Steel Ball Run is objectively an incredible work... in the sense that it's incredible that people have survived boredom.
Yes, yes, I know, it's “the best JoJo”, “the peak of humanity”, “the Mona Lisa of modern fiction”, blah blah blah. But let's be honest for two seconds: we're talking about a horse race across 19th-century America. Horses. For 95 chapters. We changed the stands to rotations, because apparently what JoJo was missing was the quantum physics of the Beyblade spinning top.
And let's talk about Gyro. This guy throws metal balls like they're the ultimate weapon, but the guy would be pls in front of a Steel Pokémon. As for Johnny... nothing says charismatic protagonist like a depressed jockey who spends half the manga crying over his dead legs.

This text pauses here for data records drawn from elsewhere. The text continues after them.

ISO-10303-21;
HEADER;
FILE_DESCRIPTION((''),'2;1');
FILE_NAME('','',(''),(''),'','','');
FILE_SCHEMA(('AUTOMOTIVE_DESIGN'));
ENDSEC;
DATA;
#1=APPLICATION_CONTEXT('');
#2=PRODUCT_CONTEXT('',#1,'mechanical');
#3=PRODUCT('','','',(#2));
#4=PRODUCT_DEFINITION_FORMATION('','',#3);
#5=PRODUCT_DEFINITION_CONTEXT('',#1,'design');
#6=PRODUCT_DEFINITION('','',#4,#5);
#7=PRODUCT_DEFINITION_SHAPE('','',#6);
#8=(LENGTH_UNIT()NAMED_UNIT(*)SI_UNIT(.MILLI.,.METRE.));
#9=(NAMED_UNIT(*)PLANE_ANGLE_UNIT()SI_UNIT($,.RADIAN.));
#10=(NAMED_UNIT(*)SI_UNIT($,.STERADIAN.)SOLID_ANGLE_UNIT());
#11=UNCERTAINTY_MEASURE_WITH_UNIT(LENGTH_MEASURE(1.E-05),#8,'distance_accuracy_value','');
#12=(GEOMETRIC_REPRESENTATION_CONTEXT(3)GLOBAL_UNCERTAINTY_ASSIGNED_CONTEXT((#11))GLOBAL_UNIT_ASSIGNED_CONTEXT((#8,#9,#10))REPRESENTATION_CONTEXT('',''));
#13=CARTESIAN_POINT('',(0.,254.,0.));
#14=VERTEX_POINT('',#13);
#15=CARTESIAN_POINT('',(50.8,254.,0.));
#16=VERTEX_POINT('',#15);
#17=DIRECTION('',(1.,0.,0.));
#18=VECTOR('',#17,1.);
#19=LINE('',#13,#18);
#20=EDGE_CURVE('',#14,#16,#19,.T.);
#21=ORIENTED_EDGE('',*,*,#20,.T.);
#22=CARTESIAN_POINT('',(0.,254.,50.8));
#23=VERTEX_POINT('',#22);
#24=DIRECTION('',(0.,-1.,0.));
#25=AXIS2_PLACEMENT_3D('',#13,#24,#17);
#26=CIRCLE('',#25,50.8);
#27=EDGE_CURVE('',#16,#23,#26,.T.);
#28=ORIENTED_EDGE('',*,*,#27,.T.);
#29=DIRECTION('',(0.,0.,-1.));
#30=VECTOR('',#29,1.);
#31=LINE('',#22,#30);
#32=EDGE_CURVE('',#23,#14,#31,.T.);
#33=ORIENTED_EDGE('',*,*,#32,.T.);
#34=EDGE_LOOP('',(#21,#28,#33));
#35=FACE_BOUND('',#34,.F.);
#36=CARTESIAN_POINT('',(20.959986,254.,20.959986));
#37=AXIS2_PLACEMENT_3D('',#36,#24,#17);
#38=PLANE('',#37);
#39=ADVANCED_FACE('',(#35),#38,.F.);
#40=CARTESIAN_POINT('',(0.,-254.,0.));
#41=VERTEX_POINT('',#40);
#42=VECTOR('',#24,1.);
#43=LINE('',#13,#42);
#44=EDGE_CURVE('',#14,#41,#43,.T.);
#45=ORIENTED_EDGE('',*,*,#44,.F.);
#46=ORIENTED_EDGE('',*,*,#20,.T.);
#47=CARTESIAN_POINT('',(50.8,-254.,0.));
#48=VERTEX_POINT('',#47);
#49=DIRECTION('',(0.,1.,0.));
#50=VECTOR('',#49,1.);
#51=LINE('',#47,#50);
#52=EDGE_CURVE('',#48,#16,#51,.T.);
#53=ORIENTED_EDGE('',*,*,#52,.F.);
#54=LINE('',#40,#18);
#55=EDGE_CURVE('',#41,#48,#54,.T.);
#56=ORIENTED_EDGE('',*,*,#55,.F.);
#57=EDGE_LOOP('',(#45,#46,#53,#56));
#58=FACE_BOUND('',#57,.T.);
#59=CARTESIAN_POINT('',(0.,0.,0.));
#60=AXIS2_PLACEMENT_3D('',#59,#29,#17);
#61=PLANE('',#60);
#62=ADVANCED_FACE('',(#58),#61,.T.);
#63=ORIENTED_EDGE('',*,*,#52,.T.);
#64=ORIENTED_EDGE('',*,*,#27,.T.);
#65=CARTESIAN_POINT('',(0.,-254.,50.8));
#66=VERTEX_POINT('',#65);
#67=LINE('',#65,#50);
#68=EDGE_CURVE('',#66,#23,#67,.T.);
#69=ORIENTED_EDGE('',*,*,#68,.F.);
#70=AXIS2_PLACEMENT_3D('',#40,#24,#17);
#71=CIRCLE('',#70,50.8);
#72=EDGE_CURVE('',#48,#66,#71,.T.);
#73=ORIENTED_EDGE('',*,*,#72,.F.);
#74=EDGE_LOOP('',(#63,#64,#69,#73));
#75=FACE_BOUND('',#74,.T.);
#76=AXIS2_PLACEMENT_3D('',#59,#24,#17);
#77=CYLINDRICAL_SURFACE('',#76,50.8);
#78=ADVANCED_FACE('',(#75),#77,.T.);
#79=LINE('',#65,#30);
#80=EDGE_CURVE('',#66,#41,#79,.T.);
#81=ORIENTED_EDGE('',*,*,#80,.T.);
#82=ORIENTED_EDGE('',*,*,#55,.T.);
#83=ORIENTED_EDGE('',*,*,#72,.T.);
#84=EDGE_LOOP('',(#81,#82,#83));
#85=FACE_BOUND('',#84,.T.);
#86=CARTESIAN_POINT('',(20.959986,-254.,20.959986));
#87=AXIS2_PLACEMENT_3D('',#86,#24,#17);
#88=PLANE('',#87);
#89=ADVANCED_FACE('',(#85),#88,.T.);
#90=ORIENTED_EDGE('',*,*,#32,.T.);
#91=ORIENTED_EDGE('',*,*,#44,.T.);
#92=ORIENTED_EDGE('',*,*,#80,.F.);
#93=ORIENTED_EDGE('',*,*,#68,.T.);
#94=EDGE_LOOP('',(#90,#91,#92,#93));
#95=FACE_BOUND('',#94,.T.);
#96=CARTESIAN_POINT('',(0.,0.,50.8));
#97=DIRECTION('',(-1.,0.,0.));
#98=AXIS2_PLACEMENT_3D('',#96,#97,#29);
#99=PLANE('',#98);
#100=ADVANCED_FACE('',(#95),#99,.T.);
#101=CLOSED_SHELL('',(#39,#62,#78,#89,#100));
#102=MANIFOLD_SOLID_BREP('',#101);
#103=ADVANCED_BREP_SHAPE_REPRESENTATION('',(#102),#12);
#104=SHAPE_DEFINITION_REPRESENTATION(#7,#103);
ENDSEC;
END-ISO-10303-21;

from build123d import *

# Parameters (mm, degrees)
F1_DEPTH = 254


with BuildPart() as f1:
    # F0 (on Front) → F1 (new body, symmetric)
    with BuildSketch(Plane.XZ):
        with BuildLine():
            Line((0, 50.8), (0, 0))
            Line((0, 0), (50.8, 0))
            ThreePointArc((50.8, 0), (35.9210244843, 35.9210244843), (0, 50.8))
        make_face()
    extrude(amount=F1_DEPTH, both=True)


solid = f1.part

Oh, and the antagonist? A bodybuilder president who collects Jesus' limbs like he's doing a 3D puzzle. Yes, that's right, put the Messiah at the heart of the plot, nothing more subtle. At this point, Araki is no longer writing manga, he's painting with his madness.
But don't get me wrong. I love SBR. It's a masterpiece. A classic. A monument to contemporary storytelling. It's just that if you don't have a PhD in theology, quantum mechanics and equine dressage, you don't understand a thing about this stylish mess.
Anyway. Steel Ball Run? It's like a vintage wine: everyone says it's incredible, even though deep down you just want a glass of water.